カインが強烈なカウンターを叩き込むと、畳みかけるように剣を振るい、テルを立ち上がれなくなるまで痛めつけたのだ。

これでは稽古もへったくれもない。



「だから言っただろ、俺を納得させられたら合格だって」


 昨日とは一転、別人のような態度で手厳しく言い放つ。


「俺を実戦に連れて行くつもりなんて、初めからなかったのかよ」


「なんだ、物分かりがいいじゃないか」


 そう言って、背を向け立ち去ろうとするカイン。テルはカインが置いていった木刀を投げつけるが、直前で振り向いてそれを回避する。


「帰す訳がないだろ」


「立てるのか。手加減しすぎたな」


 貼り付けたような笑みを消し去ったカインが落ちた模擬刀を拾うと、地面を蹴って急接近し、テルの胴に一閃を見舞わせる。しかし、テルは間一髪自分の木刀を滑り込ませてそれを防いだ。


「そんなに俺が気に食わないのかよ」


 バランスを崩しながらも、テルが声を上げる。


「別にテルのことは何とも。ただ都合が悪いってだけだよ」


「都合?────くッ!」


 続くカインの蹴りで、丘の斜面を転がるテル。起き上がったところに追撃を加えるカインに横薙ぎを放つが、簡単に躱される。


「そもそも、なんで騎士なんてなりたがるんだ? 下位騎士は競争が激しいから、ずば抜けた才能がないと碌な稼ぎにならないぞ。どうしてそんなに魔獣狩りに拘るんだ?」


「……っ」


 痛い所を突かれた、というわけではないが、自分でもはっきり言語化出来ていない部分を指摘されると、テルには反論する言葉が見当たらない。


  見上げなくてはならない位置に飛び退いたカインは、言葉を詰まらせているテルに呆れたように肩を竦める。


「生半可な気持ちでやると後悔することになる」


「余計なお世話だ!」


「お世話を焼かせるほど弱いテルが悪いんだよ」


 落ち着いた調子で発せられる言葉は、挑発よりも警告に近い。だが、テルはそれさえも腹立たしかった。


「なら、黙らせてやるよ」


「ふんっ。お前の心が折れるまで、付き合ってやる」


 まさに、売り言葉に買い言葉。

 異能をカインに知られないまま格上の鼻を明かす。難易度は高いがそれを乗り越えなくては前に進めない。

 テルは歯を噛み締めて、模擬剣を構えた。




「まだやる?」


 地面に転がるテルが時間をかけて起き上がるのを、カインは見下しながらそう口にした。
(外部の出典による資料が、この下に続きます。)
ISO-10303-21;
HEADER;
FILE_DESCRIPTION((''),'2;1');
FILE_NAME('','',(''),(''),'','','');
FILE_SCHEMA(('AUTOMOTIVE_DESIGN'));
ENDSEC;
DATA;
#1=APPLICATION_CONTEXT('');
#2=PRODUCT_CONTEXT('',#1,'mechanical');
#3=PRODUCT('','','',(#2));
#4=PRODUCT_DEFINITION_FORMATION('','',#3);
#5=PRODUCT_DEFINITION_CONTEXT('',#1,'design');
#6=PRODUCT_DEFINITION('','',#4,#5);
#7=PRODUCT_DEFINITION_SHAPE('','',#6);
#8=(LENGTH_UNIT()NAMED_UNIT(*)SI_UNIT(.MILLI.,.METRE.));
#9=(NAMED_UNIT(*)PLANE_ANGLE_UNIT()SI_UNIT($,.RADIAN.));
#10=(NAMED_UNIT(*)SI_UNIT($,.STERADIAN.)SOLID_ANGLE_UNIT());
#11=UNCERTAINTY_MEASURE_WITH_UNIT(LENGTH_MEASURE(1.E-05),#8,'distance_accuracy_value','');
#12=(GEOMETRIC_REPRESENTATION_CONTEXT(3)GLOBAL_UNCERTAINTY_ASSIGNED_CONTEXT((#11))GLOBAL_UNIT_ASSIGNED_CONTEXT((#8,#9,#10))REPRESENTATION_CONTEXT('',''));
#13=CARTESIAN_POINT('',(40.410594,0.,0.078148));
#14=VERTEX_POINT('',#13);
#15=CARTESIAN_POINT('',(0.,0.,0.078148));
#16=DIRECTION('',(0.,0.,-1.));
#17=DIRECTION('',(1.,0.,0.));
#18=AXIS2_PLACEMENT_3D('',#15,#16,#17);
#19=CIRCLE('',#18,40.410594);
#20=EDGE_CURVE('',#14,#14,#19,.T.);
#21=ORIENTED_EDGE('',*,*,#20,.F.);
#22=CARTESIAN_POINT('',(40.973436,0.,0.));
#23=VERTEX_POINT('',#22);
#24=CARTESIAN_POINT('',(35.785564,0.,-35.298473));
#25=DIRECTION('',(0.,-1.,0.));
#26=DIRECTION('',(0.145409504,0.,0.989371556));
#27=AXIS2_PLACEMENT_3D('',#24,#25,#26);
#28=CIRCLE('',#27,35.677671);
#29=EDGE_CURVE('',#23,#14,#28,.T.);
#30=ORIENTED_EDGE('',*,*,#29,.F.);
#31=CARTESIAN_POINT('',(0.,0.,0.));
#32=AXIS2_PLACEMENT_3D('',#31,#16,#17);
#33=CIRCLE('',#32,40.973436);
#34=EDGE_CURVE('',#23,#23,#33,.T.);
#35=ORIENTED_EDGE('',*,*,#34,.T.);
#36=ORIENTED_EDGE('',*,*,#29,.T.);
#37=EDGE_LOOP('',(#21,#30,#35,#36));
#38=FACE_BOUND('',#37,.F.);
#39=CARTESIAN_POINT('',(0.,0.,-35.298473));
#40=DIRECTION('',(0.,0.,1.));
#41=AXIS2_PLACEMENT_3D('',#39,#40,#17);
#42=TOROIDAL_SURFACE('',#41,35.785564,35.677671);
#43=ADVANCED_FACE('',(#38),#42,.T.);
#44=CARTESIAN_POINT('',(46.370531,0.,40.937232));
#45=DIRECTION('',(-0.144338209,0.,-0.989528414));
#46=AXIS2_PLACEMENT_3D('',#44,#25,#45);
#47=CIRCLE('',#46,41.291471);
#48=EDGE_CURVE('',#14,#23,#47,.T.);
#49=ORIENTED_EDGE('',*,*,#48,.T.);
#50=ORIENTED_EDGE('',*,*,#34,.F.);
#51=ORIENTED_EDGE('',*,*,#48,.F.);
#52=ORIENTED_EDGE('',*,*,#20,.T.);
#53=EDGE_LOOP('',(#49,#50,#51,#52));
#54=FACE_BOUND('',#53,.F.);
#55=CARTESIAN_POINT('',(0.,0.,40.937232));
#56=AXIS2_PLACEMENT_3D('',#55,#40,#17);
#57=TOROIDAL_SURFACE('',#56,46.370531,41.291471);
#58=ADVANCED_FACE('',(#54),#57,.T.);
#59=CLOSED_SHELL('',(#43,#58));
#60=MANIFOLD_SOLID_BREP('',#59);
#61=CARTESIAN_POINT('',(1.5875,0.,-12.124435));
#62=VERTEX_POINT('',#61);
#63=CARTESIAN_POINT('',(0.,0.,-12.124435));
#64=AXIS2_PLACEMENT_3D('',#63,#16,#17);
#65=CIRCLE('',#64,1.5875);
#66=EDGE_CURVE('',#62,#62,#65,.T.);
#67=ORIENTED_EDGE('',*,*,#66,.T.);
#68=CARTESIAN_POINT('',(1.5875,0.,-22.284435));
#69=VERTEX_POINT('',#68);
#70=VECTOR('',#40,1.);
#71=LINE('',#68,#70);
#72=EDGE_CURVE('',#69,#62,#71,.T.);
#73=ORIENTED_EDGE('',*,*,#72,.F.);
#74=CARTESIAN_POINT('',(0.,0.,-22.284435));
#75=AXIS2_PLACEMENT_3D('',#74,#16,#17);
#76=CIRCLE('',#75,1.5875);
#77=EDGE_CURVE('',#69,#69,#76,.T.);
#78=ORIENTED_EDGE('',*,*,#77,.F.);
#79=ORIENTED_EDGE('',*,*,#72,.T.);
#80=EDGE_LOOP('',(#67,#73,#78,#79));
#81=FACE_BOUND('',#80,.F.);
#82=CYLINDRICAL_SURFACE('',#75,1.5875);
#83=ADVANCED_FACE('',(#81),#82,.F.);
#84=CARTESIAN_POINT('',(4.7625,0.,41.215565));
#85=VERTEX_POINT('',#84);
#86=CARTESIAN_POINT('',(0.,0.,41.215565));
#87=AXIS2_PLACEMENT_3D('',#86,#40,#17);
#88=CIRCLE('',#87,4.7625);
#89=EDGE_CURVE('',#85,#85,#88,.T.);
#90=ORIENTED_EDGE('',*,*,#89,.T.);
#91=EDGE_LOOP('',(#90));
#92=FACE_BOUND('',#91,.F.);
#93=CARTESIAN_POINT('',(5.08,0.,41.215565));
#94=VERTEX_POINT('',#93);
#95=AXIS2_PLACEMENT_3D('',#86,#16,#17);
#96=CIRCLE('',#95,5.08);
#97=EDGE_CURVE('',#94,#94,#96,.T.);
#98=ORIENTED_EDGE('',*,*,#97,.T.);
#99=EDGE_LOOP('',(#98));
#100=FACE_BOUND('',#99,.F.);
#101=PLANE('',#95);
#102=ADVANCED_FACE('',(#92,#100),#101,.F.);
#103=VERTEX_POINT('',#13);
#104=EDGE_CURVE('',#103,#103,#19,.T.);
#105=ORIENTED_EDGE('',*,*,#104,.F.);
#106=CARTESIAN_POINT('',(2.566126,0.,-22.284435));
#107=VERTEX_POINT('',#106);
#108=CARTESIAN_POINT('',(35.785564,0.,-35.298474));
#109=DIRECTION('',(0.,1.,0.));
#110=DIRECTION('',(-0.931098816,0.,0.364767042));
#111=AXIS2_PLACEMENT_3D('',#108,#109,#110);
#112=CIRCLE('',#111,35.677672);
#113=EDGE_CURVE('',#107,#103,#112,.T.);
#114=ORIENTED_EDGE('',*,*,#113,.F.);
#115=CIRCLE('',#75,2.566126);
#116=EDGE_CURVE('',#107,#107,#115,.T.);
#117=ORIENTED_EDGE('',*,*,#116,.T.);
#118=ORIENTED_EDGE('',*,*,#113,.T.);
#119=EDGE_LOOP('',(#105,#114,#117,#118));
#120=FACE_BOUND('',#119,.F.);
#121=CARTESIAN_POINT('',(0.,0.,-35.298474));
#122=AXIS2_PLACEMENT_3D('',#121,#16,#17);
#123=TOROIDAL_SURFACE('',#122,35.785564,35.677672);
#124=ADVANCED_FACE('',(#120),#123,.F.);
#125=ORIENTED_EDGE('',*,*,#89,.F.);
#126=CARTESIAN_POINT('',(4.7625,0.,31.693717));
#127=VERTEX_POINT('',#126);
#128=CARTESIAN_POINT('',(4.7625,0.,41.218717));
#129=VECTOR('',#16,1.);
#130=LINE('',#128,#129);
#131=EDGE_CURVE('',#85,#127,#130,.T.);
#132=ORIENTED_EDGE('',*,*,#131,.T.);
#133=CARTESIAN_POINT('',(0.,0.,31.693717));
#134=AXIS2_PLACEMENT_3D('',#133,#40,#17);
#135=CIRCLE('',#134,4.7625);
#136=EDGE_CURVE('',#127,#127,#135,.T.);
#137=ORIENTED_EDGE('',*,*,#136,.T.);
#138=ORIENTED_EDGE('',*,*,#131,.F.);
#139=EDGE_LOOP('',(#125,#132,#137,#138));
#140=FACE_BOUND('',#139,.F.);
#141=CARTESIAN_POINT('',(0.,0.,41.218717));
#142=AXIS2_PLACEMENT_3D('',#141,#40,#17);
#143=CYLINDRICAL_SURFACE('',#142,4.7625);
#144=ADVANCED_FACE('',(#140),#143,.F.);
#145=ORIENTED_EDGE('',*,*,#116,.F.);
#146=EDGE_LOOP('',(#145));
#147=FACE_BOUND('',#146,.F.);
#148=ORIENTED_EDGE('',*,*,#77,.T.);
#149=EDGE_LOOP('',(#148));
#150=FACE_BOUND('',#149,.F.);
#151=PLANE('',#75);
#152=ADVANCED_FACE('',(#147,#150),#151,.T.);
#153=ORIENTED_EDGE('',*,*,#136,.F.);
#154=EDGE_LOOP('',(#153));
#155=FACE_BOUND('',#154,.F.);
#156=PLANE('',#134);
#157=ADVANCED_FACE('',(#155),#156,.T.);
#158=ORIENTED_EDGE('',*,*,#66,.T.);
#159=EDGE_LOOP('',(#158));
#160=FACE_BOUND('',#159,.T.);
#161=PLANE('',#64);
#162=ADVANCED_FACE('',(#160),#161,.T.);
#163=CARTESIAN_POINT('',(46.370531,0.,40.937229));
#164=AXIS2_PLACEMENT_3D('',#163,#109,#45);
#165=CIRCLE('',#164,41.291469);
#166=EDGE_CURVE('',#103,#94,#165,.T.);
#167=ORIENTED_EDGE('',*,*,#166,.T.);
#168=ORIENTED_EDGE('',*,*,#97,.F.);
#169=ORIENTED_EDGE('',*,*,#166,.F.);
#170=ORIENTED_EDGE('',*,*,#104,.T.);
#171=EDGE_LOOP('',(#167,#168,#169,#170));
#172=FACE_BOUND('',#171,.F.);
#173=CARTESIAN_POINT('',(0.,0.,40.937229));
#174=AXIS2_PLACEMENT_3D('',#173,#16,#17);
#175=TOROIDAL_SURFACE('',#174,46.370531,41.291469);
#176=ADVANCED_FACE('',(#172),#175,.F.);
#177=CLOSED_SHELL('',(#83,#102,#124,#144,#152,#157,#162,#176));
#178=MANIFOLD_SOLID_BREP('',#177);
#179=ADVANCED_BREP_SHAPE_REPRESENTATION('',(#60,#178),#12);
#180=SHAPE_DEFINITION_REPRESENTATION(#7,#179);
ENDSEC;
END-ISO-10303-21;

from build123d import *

# Parameters (mm, degrees)
F2_W     = 4.7625
F2_H     = 0.9399531578
F4_DEPTH = 9.525
F5_R     = 1.5875
F6_DEPTH = 10.16


with BuildPart() as f1:
    # F0 (on Front) → F1 (revolve)
    with BuildSketch(Plane.XZ):
        with BuildLine():
            ThreePointArc((40.9734362515, 0), (40.6921706726, 0.0401945711), (40.4105939212, 0.0781479958))
            ThreePointArc((40.4105939212, 0.0781479958), (40.6918806534, 0.0381057766), (40.9734362515, 0))
        make_face()
    revolve(axis=Axis((0, 0, 9.465565093), (0, 0, -1)))


with BuildPart() as f1b:
    # F0 (on Front) → F1, piece 2 (revolve)
    with BuildSketch(Plane.XZ):
        with BuildLine():
            ThreePointArc((40.4105939212, 0.0781479958), (15.0460443882, 14.0344052695), (5.08, 41.215565093))
            Line((5.08, 41.215565093), (0, 41.215565093))
            Line((0, 41.215565093), (0, -22.284434907))
            Line((0, -22.284434907), (2.5661256667, -22.284434907))
            ThreePointArc((2.5661256667, -22.284434907), (17.6353207797, -4.5825991478), (40.4105939212, 0.0781479958))
        make_face()
    revolve(axis=Axis((0, 0, 9.465565093), (0, 0, -1)))


with BuildPart() as f3:
    # F2 (on Front) → F3 (revolve)
    with BuildSketch(Plane.XZ):
        with Locations((2.38125, 40.7487400723)):
            Rectangle(F2_W, F2_H)
    revolve(axis=Axis((0, 0, 40.7487400723), (0, 0, 1)))


with BuildPart() as f4_tool:
    # F4 (cut): a face of the model
    f4_faces = [f3.part.faces().sort_by_distance(p)[0] for p in [
        (0, 0, 41.2187166512),
    ]]
    extrude(f4_faces, amount=-F4_DEPTH)


with BuildPart() as f1b_1:
    add(f1b.part)

    # F4: cut by f4_tool
    add(f4_tool.part, mode=Mode.SUBTRACT)

    # F5 (on face) → F6 (cut)
    with BuildSketch(Plane(origin=(0, 0, -22.284434907), x_dir=(1, 0, 0), z_dir=(0, 0, -1))):
        Circle(F5_R)
    extrude(amount=-F6_DEPTH, mode=Mode.SUBTRACT)


with BuildPart() as f3_1:
    add(f3.part)

    # F4: cut by f4_tool
    add(f4_tool.part, mode=Mode.SUBTRACT)


solid = Compound([f1.part, f1b_1.part])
 その問いにテルは黙ったまま、血の混じった唾を吐き捨てて剣を拾ってカインに向ける。

 テルが飛び掛かっては、軽くあしらうように強烈な一撃を見舞われるのを幾度と繰り返し、全身が青あざと血と土に塗れている。


 気絶しないように痛めつけることを目的とした悪辣な一撃一撃は、テルの心を折るためのものだった。


 テルは剣を構え、朦朧とした足取りでカインに切りかかる。しかし、カインはあっさりと身を翻すと、テルの髪を鷲掴みにし、そのまま鳩尾に膝蹴りを入れる。


 満足に空気を取り入れることができず喘ぐテルのまえで大きな欠伸をする。


「もう飽きてきたんだけど」


 ぜえぜえとみっともない音を立てながらそれでも立ち上がろうとするテルに、カインは辟易したように眉を寄せた。


「逃げ、るのかよ」


「お前馬鹿だろ」


 やっと木刀を持ち直したテルが上げた顔に握った拳で殴る。もはや剣さえ必要ないといわんばかりの暴行を加える。

 テルはぐったりと力なく地面に伏し、カインはため息をついて踵を返した。


「ほら、診療所まで連れてってやるから、もう終わ―――」


 カインがそう言いかけたとき、背後から地面をかける足音の存在に気づく。


「不意打ちか」


 振り返ると、地面を蹴りあげ、これまでで一番の加速をするテルが渾身の一撃を放つ構えをしている。

 カインは僅かに目を見張るも、即座に反応し模擬剣を掲げた。


 テルの一撃を防ぎきり、反撃に転じる。


 ガンと弾けるような音が二度響く。しかしその二度目でテルは大きく隙が生まれ、カインの剣技はその瞬間にテルの剣を絡めて奪った。


 カインはため息と失望の眼差しをテルに向ける。が、おかしい。


 戦う術を奪ったテルの目から闘志が溢れている。それどころか素手でこちらに向かって飛び掛かるような勢いだ。


 自分の口で負けを認めさせたかったが、仕方ないか。


 そうしてカインはテルの意識を奪う一閃の準備を整えた。

 しかし、テルはこちらの間合いに入るより先に右掌をカインに出す。


 カインが動き始めると同時に、テルの手から赤い煙が噴き出した。赤い煙はあっというまに周囲に広がると、カインは凄まじい勢いでむせ始めた。


「げふ、げ、ごほっ、お、おえぇ!? なん、だこれ!?」


 涙で目が開けられず、狭い視界に映った、テルの得意顔にカインは怒りを剥き出しにする。